We've defined a new loss that is 

$\mathcal{L}_{tot} = \mathcal{L}_{BCE} + \alpha \cdot \mathcal{L}_{MSE}$ 

where BCE stands for binary cross entropy and MSE for mean squared error. $\alpha$ is for scaling. The BCE is supposed to separate features from a single picture into one picture each (e.g. each ring in a separate picture) while the MSE computes the properties of each feature (e.g. $x$, $y$ and $R$ of each ring). In this ring example $x$ and $y$ are computed with respect to the center-of-mass (regarding the hits) of each single-ring picture.

The goal of this notebook is 
1. to load the models for $\alpha = 1, 2$ at a lower epoch number (as we see unlearning for higher epochs, see Nicoles losses) and plot some example pictures. 
2. Think of a good metrix to evaluate the separation of the rings.

Let's get started!! :-) 

### Import, load model and data

In [1]:
import torch
import numpy as np
import pandas as pd

import matplotlib.pyplot as plt
import matplotlib as mlp
from mpl_toolkits.axes_grid1 import make_axes_locatable

import json, yaml, os
os.sys.path.append('./../../code')

from plotting import plot_kslots, plot_kslots_iters
from data import make_batch
from model import InvariantSlotAttention

# Set numpy seed for test set sampling 
np.random.seed(24082023)

%load_ext autoreload
%autoreload 2

In [2]:
from matplotlib.patches import Circle
import json

In [3]:
device = 'cpu'

Load configurations

In [4]:
cID_prev = 'isa-alpha1'
with open(f'./../../code/configs/{cID_prev}.yaml') as f:
    cd = yaml.safe_load(f)

hps = cd['hps']
hps['device'] = device

In [5]:
torch_seed = 29082023
torch.manual_seed( torch_seed )

import random
random.seed(torch_seed)

Load model and its weights

In [6]:
m = InvariantSlotAttention(**hps)

In [7]:
lastIter = 11000
weightPath = f'./../../code/models/{cID_prev}/m_{lastIter}.pt'
print(f'Starting from an earlier training',lastIter)

m.load_state_dict(torch.load(weightPath,map_location=device))

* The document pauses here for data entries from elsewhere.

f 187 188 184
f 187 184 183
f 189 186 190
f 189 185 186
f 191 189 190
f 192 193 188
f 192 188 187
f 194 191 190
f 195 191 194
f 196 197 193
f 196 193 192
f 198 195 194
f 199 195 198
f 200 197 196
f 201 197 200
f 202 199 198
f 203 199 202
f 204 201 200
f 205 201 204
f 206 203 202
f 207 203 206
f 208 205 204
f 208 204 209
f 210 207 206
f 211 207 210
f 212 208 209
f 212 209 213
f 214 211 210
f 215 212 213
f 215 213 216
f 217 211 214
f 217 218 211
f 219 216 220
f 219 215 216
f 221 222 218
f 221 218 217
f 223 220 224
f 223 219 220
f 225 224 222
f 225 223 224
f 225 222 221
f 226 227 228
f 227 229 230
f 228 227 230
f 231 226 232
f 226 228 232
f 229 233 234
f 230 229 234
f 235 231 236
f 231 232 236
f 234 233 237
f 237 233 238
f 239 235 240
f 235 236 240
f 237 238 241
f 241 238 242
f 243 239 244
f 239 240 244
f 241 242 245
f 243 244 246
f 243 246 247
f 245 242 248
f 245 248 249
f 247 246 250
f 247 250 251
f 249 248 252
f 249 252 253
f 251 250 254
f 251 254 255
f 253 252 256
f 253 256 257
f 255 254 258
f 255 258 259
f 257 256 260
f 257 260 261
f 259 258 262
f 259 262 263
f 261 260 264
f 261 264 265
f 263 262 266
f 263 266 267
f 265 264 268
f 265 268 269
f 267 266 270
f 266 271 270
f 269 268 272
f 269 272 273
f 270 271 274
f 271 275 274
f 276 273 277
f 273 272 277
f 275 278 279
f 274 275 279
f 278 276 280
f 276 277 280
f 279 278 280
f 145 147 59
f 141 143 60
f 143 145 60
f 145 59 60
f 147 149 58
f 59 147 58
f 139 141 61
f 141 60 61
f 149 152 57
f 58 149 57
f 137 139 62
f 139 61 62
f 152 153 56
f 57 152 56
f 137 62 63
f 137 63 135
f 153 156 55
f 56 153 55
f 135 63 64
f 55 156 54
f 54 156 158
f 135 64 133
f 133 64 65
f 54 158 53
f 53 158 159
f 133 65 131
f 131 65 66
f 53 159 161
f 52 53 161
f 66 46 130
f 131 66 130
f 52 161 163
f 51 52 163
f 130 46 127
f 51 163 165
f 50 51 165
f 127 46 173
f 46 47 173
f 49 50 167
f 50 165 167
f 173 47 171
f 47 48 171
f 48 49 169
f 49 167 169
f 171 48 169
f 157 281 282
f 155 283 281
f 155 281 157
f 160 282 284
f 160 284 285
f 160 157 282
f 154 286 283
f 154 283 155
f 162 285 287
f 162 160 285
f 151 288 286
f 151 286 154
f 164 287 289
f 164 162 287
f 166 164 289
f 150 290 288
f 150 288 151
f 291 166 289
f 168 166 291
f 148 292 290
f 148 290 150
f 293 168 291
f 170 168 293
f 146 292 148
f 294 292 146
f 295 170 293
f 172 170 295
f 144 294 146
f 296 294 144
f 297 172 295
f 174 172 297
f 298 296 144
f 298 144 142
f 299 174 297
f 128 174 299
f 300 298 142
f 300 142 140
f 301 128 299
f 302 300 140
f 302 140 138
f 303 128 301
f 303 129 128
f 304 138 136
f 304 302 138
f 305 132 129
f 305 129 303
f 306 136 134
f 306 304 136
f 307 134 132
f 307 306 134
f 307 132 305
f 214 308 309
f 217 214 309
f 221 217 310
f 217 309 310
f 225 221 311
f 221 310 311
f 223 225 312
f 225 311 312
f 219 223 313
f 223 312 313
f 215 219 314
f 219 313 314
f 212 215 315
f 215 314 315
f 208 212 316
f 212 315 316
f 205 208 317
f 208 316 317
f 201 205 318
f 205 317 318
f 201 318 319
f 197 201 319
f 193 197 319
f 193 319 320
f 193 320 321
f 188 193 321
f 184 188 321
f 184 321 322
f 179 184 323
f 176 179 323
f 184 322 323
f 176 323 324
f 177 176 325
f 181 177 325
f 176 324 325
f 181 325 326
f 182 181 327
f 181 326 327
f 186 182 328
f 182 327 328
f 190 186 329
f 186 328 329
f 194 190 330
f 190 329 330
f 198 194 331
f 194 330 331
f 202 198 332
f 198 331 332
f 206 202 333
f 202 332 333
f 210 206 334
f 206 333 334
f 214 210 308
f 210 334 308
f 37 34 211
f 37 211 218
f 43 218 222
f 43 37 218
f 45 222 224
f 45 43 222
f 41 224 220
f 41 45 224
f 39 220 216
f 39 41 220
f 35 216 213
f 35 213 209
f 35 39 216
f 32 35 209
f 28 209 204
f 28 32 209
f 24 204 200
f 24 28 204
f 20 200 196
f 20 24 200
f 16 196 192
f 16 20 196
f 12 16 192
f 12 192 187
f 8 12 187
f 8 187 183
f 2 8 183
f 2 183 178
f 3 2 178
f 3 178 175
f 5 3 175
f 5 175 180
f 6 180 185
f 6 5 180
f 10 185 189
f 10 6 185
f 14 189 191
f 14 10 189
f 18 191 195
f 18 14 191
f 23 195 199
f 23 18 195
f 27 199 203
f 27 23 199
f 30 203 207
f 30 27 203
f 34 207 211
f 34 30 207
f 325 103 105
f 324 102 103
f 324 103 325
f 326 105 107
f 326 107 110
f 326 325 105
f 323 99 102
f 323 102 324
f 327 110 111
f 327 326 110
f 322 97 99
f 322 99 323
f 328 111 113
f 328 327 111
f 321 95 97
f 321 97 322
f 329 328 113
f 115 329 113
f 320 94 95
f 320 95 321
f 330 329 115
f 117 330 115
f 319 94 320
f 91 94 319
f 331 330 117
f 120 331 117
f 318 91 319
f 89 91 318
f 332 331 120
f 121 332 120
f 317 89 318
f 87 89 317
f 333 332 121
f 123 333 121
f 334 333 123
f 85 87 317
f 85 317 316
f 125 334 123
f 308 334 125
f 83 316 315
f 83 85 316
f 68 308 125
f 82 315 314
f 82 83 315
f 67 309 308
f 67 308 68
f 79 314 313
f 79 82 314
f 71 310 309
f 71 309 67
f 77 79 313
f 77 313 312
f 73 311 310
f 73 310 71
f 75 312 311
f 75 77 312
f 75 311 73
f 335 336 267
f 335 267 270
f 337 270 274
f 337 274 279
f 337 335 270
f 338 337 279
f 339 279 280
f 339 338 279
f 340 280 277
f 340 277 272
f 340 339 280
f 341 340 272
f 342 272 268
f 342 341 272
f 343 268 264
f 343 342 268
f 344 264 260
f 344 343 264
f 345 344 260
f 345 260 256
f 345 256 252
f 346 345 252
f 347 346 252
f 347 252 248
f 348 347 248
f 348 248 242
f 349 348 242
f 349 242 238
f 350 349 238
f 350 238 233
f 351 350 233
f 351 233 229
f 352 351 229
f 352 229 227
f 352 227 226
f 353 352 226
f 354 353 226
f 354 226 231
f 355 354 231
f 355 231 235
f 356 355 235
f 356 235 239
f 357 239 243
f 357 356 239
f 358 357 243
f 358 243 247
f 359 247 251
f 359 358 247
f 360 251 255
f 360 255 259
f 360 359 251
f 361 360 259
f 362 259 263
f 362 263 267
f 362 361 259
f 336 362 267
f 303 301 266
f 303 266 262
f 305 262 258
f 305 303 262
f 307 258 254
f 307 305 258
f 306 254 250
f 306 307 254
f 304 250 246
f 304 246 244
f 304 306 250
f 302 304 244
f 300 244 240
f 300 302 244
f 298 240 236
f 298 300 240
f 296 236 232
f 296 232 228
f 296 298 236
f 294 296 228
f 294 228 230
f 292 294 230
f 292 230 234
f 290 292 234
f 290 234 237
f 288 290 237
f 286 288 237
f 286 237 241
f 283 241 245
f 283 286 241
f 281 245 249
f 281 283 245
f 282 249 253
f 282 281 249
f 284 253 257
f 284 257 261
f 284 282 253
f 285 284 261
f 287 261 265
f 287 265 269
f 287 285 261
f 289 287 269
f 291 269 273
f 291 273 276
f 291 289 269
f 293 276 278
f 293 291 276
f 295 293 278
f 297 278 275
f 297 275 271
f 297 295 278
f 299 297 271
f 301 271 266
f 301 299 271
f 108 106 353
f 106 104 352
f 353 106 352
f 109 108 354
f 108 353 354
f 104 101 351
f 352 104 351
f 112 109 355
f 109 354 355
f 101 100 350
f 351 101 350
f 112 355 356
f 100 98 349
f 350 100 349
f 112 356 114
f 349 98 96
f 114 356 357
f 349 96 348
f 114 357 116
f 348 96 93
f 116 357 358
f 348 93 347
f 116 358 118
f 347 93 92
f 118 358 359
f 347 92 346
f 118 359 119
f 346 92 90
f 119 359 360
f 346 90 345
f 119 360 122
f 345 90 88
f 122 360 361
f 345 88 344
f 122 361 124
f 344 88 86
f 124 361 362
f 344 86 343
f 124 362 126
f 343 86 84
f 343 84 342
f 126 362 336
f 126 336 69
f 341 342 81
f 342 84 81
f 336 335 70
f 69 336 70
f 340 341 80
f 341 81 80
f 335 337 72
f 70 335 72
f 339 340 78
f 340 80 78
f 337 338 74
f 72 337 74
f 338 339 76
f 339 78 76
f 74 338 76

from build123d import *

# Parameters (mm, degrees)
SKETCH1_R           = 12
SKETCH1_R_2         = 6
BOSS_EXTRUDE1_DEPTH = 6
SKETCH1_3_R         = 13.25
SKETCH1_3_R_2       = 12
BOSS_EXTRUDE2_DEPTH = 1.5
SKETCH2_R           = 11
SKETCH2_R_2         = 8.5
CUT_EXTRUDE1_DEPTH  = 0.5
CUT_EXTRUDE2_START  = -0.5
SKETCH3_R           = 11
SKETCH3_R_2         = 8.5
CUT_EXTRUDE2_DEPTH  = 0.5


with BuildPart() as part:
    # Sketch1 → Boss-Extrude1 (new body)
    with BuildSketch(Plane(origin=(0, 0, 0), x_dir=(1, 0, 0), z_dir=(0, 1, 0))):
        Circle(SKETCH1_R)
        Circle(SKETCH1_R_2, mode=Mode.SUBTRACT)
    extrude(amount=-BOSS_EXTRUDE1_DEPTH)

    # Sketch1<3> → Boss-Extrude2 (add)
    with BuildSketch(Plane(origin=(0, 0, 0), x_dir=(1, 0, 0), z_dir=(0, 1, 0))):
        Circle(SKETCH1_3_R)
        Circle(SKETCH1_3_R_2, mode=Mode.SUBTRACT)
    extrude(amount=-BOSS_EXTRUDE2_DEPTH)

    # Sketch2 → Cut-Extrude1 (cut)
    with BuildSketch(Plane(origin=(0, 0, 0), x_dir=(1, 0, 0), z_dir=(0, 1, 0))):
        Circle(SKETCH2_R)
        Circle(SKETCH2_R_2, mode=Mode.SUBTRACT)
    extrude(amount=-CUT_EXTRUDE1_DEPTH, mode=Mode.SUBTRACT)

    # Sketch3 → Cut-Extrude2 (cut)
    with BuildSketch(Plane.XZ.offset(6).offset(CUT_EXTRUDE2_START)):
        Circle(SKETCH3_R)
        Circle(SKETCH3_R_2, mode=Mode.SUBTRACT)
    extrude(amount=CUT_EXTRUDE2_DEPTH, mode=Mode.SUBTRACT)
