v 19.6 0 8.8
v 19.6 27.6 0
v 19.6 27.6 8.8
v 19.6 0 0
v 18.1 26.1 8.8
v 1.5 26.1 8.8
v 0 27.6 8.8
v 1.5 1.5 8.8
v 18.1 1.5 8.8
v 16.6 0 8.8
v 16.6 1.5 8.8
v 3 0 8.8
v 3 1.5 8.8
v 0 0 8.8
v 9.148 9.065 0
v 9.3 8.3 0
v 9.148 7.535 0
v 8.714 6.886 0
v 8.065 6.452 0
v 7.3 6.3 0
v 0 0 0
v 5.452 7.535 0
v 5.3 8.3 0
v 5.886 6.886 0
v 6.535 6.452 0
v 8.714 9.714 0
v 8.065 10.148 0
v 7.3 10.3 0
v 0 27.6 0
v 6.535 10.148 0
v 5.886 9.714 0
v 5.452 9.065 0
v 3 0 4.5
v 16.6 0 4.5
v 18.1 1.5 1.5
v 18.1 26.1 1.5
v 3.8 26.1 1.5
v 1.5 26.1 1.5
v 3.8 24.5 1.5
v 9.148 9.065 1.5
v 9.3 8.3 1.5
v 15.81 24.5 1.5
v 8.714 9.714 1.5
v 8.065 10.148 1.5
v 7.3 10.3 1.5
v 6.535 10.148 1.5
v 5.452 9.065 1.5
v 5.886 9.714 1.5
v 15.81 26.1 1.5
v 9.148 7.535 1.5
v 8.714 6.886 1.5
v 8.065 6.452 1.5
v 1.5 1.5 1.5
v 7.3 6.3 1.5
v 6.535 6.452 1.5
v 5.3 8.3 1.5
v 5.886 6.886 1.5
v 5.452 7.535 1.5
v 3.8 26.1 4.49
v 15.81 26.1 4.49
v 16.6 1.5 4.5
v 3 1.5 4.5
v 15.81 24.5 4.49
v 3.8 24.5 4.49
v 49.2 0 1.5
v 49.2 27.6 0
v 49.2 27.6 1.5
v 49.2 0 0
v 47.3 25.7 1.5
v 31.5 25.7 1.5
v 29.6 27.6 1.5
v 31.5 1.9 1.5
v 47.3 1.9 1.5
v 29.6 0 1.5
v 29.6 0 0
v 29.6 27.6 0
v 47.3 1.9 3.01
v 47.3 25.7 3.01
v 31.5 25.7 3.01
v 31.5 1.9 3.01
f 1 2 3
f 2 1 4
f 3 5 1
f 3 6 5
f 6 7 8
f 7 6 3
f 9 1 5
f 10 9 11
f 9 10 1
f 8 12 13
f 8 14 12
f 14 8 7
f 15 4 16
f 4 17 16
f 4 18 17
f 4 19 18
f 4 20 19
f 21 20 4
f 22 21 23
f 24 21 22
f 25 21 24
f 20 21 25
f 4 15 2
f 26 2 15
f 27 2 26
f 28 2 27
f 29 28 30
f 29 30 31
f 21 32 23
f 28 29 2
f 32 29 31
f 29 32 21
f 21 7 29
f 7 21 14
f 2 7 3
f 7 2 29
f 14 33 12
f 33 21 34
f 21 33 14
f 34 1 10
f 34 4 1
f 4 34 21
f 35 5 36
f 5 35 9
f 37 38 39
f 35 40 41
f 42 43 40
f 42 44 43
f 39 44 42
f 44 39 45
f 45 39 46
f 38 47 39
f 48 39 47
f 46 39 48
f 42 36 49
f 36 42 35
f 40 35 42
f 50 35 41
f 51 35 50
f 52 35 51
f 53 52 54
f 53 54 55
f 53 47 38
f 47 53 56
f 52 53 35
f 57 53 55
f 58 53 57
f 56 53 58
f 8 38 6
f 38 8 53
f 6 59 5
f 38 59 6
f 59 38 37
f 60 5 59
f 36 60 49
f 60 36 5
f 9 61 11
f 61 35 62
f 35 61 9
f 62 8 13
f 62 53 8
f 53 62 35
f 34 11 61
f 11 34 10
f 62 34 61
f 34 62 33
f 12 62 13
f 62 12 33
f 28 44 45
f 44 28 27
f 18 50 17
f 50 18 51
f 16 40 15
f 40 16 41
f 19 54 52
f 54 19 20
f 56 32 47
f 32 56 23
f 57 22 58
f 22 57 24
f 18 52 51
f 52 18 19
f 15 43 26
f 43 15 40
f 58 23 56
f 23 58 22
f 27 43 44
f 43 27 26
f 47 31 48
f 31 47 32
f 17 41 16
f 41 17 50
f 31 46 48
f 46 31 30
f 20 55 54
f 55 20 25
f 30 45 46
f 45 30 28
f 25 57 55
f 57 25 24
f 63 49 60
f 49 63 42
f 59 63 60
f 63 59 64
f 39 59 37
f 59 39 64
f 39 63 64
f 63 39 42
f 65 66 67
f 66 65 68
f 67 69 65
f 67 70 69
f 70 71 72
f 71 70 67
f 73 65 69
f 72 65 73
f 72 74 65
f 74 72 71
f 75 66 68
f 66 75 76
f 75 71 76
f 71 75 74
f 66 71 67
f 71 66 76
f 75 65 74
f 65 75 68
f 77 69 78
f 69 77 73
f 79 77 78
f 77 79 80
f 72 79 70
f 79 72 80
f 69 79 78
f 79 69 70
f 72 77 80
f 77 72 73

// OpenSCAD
// Copyright (c) 2015 Elena Grandi See the file LICENSE for copying permission.

BOARD_LENGTH = 23;
BOARD_WIDTH = 15;
BOARD_HEIGHT = 2;
COMP_HEIGHT = 3;
// Uncomment the first value if you want to have something soldered to the 
// pins, the second if you just want the espruino pico.
//PIN_HEIGHT = 9;
PIN_HEIGHT = 0.8;
WALL = 1.5;
CLEAR = 0.8;
USB_WIDTH = 12;
B_X = 5;
B_Y = 6;
B_R = 2;

// box
union() {
    difference() {
        cube([BOARD_WIDTH + WALL * 2 + CLEAR * 2,
            BOARD_LENGTH + WALL * 2 + CLEAR * 2,
            BOARD_HEIGHT + COMP_HEIGHT + PIN_HEIGHT + WALL * 2 ]);
        translate([WALL, WALL, WALL]) cube([BOARD_WIDTH + CLEAR * 2,
            BOARD_LENGTH +CLEAR * 2,
            BOARD_HEIGHT + COMP_HEIGHT + PIN_HEIGHT + WALL * 2]); 
        translate([WALL + (BOARD_WIDTH - USB_WIDTH) / 2, -1,
            COMP_HEIGHT + WALL]) 
            cube([USB_WIDTH + CLEAR * 2, WALL + 2, 
                BOARD_HEIGHT + PIN_HEIGHT + WALL + 1]);
        translate([B_X + WALL + CLEAR, B_Y + WALL + CLEAR, -1]) 
            cylinder(r=B_R, h=WALL + 2, $fn=16);
    }
    translate([WALL + (BOARD_WIDTH - USB_WIDTH) / 2 + CLEAR, 
        BOARD_LENGTH + WALL,
        WALL - 0.01])
            cube([USB_WIDTH + 0.01, CLEAR*3 + 0.01, COMP_HEIGHT]);
}

// lid
translate([BOARD_WIDTH + WALL * 2 + CLEAR * 2 + 10, 0, 0]) union() {
    cube([BOARD_WIDTH + WALL * 2 + CLEAR * 2,
        BOARD_LENGTH + WALL * 2 + CLEAR * 2,
        WALL]);
    translate([WALL + CLEAR/2, WALL + CLEAR/2, 0.01]) 
        cube([BOARD_WIDTH + CLEAR, BOARD_LENGTH + CLEAR, WALL * 2]);
}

Starting from an earlier training 11194


FileNotFoundError: [Errno 2] No such file or directory: './../../code/models/isa-alpha1/m_11194.pt'

Load/generate some data

In [None]:
bs = 100
kwargs = cd['data']

X, Y, mask = make_batch(N_events=bs, **kwargs)

### Evaluate the model

In [None]:
from train import hungarian_matching
import torch.nn.functional as F

k_slots=3
max_n_rings=2
resolution=(32,32)

In [None]:
alpha = cd['opt']['alpha']

In [None]:
with torch.no_grad():

    torch.manual_seed(torch_seed)
    queries, att, Y_pred = m(X)
         
    # Reshape the target mask to be flat in the pixels (same shape as att)
    flat_mask = mask.reshape(-1,max_n_rings, np.prod(resolution))      

    att_ext  = torch.tile(att.unsqueeze(2), dims=(1,1,max_n_rings,1)) 
    mask_ext = torch.tile(flat_mask.unsqueeze(1),dims=(1,k_slots,1,1)) 

    pairwise_cost = F.binary_cross_entropy(att_ext,mask_ext,reduction='none').mean(axis=-1)

    # pairwise_cost = comb_loss(att,flat_mask,Y,Y_pred,alpha)
    indices = hungarian_matching(pairwise_cost)

    # Apply the sorting to the predict
    bis=torch.arange(bs).to(device)
    indices=indices.to(device)

    # Loss calc
    slots_sorted = torch.cat([att[bis,indices[:,0,ri]].unsqueeze(1) for ri in range(max_n_rings)],dim=1)
    rings_sorted = torch.cat([flat_mask[bis,indices[:,1,ri]].unsqueeze(1) for ri in range(max_n_rings)],dim=1)
    l_bce = F.binary_cross_entropy(slots_sorted,rings_sorted,reduction='none').sum(axis=1).mean(axis=-1)

    Y_pred_sorted = torch.cat([Y_pred[bis,indices[:,0,ri]].unsqueeze(1) for ri in range(max_n_rings)],dim=1)
    Y_true_sorted = torch.cat([Y[bis,indices[:,1,ri]].unsqueeze(1) for ri in range(max_n_rings)],dim=1)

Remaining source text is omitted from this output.